* **Task requirements**
Which lines in the data below contain the word "this"? Pull each of them out.

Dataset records
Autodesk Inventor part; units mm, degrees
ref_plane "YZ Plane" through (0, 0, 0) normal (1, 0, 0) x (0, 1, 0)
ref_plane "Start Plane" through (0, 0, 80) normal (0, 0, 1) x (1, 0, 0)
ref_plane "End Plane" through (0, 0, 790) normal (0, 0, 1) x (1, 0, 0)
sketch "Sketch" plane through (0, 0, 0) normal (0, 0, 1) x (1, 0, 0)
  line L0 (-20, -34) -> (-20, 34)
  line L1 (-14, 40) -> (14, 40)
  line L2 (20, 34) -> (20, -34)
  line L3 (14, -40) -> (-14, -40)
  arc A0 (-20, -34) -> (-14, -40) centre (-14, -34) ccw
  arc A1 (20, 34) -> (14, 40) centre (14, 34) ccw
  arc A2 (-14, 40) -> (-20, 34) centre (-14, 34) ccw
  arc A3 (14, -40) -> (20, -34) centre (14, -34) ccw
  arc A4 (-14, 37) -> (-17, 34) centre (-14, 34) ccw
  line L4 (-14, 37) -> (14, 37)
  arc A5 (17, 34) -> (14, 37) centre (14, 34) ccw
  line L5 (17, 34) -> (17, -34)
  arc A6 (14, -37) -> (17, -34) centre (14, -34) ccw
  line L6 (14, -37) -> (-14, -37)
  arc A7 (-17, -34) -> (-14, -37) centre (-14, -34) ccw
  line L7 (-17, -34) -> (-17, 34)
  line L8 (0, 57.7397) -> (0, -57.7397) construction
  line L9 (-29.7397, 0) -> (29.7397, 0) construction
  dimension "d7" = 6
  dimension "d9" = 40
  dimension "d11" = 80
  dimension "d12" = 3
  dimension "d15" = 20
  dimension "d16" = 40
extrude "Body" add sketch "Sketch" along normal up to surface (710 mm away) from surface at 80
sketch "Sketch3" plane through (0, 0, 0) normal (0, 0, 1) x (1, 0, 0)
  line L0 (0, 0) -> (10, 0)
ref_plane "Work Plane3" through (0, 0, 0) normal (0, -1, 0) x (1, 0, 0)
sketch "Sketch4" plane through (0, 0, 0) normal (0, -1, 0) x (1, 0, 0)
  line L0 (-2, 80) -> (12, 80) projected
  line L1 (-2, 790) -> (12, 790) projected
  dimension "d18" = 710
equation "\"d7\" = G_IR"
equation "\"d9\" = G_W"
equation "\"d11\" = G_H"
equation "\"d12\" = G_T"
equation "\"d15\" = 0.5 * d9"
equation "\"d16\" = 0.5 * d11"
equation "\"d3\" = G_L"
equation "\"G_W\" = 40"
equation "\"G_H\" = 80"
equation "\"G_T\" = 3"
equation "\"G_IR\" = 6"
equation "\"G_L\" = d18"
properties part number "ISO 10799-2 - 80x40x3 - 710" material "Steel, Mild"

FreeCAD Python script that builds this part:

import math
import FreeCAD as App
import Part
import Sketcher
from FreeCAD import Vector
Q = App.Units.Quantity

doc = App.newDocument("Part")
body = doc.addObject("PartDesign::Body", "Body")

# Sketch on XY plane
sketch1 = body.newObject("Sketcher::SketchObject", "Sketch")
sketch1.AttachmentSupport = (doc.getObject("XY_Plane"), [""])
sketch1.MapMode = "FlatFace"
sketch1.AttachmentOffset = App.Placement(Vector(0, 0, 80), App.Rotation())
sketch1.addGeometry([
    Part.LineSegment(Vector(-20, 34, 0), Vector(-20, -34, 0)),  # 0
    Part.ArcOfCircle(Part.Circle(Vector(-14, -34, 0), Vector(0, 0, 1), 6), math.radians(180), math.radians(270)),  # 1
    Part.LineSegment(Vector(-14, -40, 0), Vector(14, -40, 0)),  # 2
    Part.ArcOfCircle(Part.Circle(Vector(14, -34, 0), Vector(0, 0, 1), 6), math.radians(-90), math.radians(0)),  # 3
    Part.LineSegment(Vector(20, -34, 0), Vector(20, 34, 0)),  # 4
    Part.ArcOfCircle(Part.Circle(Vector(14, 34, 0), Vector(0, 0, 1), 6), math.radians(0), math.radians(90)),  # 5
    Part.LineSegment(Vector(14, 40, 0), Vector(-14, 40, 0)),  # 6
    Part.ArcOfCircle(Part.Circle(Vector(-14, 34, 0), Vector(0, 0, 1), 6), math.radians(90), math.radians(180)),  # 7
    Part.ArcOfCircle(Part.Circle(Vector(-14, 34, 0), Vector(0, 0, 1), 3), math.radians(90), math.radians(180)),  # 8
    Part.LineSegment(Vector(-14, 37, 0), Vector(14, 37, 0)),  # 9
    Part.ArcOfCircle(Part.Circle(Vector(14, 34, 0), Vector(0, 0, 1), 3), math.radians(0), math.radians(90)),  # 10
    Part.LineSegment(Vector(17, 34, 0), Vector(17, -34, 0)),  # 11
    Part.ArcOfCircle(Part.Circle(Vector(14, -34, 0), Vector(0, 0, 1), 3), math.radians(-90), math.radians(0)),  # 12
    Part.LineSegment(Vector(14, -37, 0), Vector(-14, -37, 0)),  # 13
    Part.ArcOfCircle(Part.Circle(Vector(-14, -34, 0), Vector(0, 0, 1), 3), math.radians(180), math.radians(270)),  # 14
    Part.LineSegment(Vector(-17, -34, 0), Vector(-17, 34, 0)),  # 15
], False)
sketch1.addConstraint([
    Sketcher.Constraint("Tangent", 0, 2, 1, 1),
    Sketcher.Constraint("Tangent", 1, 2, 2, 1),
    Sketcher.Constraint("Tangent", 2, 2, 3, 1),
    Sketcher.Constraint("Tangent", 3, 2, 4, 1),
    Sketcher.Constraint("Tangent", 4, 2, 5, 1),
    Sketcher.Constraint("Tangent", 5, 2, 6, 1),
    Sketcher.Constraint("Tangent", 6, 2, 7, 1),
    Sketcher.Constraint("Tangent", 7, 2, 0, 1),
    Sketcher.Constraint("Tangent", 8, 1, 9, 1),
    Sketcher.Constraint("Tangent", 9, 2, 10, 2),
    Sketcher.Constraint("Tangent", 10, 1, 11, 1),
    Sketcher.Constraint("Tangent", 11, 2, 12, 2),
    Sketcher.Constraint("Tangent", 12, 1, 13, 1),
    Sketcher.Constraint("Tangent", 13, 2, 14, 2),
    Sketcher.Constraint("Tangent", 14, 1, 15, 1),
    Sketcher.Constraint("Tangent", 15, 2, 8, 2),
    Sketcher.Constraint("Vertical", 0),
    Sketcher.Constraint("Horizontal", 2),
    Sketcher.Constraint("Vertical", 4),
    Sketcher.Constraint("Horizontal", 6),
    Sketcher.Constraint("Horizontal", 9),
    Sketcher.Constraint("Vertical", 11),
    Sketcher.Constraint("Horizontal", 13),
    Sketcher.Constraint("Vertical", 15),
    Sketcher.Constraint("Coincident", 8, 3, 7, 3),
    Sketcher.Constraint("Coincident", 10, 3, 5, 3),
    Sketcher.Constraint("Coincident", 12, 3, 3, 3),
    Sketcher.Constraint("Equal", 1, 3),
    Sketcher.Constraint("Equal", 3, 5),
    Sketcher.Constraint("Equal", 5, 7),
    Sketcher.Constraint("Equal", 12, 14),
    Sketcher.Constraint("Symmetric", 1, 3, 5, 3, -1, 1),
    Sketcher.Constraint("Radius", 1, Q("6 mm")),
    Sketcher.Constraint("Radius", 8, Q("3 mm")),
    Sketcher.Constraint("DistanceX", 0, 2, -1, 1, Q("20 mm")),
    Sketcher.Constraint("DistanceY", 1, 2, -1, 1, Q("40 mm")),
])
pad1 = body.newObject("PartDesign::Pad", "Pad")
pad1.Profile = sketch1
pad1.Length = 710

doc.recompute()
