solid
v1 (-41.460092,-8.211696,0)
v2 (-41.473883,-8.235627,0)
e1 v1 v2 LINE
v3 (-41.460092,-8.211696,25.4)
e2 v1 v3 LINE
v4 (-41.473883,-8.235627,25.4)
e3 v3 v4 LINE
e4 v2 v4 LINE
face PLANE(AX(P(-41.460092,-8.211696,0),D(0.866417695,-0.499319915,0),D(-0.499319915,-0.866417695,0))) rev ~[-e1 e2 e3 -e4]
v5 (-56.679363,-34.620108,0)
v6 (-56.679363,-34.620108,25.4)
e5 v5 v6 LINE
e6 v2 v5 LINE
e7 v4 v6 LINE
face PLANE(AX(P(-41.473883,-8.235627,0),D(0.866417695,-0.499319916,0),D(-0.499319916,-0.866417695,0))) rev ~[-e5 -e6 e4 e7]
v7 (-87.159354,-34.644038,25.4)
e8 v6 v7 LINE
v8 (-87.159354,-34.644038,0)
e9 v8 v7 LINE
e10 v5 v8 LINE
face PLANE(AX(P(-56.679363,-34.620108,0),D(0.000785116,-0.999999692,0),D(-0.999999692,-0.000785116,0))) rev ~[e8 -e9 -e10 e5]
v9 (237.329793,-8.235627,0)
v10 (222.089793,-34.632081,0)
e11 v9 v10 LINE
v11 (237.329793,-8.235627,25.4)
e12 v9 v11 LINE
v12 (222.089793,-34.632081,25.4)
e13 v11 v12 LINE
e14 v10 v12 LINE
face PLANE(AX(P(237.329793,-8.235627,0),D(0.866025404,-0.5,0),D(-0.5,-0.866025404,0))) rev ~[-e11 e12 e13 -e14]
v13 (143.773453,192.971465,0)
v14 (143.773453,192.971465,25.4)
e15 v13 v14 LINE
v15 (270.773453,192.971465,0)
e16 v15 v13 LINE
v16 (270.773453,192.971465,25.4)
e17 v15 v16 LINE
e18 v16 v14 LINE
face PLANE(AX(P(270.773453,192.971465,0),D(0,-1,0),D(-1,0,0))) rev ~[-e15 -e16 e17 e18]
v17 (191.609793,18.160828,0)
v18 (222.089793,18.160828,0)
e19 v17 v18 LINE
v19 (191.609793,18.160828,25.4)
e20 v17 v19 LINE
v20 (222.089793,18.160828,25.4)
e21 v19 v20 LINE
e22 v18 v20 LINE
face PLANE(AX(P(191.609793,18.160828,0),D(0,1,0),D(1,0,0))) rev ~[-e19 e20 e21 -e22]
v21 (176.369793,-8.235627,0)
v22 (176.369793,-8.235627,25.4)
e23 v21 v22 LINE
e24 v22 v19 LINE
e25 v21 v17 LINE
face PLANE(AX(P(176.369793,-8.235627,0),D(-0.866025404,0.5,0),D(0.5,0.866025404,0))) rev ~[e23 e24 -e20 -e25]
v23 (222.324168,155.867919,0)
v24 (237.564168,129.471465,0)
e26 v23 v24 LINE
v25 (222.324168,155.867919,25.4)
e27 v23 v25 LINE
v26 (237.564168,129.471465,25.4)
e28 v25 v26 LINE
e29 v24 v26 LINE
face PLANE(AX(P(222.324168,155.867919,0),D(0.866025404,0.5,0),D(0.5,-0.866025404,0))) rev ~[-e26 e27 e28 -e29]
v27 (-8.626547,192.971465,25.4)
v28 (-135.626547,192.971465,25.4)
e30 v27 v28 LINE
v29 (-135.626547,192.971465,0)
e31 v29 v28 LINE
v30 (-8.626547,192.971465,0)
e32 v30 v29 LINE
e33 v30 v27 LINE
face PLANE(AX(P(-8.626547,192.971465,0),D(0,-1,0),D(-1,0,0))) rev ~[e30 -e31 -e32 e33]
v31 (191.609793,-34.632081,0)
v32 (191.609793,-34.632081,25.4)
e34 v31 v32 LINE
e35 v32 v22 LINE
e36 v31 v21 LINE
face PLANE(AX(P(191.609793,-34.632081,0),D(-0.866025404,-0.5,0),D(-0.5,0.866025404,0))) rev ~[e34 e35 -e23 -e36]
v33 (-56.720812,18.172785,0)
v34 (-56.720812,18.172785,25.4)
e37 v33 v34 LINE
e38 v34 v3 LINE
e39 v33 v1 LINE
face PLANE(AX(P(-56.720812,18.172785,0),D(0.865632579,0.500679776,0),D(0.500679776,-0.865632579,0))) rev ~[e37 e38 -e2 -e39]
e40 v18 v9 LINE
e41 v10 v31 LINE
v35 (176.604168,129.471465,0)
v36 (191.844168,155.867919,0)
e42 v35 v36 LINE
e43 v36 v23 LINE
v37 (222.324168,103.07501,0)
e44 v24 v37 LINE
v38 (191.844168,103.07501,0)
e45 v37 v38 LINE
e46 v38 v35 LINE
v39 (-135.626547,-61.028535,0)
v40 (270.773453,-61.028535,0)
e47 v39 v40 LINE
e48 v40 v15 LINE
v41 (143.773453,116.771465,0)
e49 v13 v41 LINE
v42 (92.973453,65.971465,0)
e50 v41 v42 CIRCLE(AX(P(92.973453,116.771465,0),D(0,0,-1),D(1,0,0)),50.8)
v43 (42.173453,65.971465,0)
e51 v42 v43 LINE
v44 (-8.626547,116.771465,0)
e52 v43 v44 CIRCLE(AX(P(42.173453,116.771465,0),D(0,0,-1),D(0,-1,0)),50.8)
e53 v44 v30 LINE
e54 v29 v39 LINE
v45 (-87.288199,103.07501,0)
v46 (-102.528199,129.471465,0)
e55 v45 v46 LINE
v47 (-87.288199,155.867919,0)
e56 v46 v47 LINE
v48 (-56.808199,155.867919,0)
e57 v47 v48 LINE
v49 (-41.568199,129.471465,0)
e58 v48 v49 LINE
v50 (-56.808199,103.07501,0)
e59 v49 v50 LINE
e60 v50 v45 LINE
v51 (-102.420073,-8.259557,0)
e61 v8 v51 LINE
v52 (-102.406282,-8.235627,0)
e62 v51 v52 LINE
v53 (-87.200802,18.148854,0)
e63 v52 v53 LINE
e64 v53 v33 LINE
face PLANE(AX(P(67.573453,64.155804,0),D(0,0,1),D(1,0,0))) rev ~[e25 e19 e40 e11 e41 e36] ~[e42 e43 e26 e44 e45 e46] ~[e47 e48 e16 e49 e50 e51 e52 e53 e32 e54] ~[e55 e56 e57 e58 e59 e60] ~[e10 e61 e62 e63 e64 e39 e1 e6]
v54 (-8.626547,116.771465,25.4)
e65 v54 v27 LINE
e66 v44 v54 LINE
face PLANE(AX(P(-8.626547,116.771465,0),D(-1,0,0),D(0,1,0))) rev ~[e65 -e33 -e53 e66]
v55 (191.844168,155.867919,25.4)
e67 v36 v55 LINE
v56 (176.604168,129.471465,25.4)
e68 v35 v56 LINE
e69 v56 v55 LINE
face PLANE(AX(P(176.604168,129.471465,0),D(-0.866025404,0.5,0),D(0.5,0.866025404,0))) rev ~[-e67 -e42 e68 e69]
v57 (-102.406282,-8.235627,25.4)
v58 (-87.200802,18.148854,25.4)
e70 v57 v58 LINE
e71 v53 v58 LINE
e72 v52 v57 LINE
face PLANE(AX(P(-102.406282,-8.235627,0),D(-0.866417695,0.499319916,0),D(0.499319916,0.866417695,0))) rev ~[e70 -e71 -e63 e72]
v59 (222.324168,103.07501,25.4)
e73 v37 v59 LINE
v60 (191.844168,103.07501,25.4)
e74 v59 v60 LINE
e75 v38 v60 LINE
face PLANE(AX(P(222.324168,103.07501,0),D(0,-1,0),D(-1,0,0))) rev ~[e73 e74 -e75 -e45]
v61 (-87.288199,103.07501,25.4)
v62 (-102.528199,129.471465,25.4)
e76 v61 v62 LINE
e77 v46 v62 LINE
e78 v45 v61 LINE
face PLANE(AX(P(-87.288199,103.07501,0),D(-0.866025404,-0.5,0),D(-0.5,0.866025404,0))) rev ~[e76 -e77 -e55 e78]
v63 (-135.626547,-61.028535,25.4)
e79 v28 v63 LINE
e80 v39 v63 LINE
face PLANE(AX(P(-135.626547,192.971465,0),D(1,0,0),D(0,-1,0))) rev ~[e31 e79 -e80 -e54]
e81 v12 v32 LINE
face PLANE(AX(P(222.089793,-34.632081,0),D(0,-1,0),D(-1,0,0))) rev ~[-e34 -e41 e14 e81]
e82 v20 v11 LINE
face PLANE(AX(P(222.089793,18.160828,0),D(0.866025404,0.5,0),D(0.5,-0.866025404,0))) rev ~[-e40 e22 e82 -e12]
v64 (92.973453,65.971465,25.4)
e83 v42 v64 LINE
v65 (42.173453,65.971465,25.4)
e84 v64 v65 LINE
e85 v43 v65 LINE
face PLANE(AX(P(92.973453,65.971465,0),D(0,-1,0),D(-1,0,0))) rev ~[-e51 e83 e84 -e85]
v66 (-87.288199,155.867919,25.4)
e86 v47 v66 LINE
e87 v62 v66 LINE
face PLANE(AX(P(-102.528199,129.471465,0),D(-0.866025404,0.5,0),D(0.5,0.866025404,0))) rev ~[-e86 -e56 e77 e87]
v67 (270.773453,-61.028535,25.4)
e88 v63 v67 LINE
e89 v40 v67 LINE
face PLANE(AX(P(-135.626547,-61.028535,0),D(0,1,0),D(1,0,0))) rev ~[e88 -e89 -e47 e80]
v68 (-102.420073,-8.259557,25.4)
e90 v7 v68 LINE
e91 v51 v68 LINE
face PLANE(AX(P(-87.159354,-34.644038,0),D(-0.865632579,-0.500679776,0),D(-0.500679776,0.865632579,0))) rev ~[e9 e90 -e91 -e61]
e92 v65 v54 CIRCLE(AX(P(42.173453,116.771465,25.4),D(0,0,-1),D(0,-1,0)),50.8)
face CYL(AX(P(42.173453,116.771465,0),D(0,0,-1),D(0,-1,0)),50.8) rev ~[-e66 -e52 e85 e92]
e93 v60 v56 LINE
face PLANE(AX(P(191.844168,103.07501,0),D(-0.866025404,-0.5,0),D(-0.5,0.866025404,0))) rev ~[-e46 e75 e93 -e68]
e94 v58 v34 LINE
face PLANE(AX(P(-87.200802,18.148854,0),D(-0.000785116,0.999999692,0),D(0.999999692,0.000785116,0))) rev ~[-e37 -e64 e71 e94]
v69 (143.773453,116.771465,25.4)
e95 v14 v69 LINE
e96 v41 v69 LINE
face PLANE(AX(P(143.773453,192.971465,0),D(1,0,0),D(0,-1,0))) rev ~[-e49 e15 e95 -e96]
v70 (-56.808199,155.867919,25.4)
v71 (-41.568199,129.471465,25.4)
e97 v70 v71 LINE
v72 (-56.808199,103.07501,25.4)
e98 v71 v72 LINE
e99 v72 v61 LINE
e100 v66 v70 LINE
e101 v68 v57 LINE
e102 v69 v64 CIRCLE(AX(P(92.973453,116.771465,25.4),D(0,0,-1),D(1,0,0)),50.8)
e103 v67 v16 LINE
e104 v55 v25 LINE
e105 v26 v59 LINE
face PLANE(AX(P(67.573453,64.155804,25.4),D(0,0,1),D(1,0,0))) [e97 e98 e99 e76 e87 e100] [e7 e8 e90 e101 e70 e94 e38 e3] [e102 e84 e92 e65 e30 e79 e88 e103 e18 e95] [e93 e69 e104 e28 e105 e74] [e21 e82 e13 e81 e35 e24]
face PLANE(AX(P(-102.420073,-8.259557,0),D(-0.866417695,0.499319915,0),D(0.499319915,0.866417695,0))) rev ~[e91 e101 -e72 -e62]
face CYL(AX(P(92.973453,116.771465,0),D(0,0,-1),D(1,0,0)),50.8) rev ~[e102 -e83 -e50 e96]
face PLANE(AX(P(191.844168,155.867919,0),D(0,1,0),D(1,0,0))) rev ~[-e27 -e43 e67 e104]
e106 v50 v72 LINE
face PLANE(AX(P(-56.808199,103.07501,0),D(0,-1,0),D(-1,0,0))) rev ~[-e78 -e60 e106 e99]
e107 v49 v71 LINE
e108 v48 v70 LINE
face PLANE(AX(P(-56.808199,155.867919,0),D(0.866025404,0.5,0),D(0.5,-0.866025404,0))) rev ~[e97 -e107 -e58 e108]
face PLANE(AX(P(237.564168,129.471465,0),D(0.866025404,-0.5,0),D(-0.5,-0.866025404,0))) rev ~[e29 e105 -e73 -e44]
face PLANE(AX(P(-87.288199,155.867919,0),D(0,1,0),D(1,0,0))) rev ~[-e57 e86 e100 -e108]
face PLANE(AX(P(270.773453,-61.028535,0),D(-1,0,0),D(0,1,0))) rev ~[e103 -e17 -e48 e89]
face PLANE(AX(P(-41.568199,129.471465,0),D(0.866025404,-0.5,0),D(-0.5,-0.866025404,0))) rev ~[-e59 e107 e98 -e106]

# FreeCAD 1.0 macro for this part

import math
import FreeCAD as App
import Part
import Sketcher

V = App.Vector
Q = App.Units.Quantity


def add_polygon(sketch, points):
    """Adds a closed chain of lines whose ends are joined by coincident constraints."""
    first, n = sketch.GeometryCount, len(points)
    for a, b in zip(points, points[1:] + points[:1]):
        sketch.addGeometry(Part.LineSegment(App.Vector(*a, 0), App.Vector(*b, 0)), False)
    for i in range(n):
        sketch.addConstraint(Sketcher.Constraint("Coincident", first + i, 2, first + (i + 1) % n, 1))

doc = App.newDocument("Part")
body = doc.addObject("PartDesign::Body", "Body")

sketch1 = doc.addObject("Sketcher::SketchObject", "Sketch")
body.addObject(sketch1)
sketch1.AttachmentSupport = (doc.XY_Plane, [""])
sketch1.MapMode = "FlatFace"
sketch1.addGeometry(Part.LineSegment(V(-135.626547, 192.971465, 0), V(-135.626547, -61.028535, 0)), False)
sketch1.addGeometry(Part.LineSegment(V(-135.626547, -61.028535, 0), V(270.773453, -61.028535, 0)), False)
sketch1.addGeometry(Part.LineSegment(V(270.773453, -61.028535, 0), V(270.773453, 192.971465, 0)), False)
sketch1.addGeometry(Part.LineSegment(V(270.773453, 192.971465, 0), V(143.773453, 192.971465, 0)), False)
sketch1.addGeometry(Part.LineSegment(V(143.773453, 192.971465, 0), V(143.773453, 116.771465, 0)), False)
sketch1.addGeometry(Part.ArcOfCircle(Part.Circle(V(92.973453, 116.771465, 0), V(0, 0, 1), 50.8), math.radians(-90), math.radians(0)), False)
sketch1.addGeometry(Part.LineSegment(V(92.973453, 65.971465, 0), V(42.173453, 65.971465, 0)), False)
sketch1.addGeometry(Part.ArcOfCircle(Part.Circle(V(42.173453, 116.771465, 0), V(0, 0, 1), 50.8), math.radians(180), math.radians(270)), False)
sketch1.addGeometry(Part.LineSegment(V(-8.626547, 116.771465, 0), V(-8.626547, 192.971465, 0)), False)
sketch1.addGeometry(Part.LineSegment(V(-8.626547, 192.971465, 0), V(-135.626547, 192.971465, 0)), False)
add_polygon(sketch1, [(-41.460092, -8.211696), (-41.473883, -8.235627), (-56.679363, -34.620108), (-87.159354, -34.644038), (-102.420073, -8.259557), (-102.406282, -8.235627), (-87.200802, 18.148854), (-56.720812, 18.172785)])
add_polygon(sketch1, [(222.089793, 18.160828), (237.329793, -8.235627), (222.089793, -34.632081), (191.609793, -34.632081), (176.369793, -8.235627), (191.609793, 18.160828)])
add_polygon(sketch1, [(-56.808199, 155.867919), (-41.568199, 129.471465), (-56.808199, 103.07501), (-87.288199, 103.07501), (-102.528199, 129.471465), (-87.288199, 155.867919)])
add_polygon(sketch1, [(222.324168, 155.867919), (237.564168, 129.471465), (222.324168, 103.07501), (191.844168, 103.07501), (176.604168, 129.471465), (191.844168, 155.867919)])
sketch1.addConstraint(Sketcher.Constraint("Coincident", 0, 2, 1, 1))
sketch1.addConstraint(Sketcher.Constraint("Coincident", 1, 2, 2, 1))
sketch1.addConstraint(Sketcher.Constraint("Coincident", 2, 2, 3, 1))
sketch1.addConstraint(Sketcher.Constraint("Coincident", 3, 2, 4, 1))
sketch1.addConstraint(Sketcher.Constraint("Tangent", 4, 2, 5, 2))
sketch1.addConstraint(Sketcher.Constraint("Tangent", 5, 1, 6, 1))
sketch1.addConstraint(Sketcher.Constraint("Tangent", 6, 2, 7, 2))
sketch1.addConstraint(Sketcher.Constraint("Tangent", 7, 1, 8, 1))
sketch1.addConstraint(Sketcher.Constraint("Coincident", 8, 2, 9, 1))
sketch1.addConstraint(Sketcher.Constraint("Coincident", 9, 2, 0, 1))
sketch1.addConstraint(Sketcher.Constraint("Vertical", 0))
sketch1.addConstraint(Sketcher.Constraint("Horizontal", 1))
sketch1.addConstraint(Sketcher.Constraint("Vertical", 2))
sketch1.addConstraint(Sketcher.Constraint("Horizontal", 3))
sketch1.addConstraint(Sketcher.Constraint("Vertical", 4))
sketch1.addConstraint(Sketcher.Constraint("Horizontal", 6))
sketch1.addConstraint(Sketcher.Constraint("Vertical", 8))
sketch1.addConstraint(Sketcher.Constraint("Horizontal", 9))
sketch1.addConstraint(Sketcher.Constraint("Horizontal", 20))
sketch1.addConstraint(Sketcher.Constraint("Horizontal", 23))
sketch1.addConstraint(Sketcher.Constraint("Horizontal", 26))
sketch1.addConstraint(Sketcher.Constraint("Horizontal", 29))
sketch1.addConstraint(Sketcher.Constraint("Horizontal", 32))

* **Task answer**
FreeCAD Python script that builds this part:
# FreeCAD 1.0 macro for this part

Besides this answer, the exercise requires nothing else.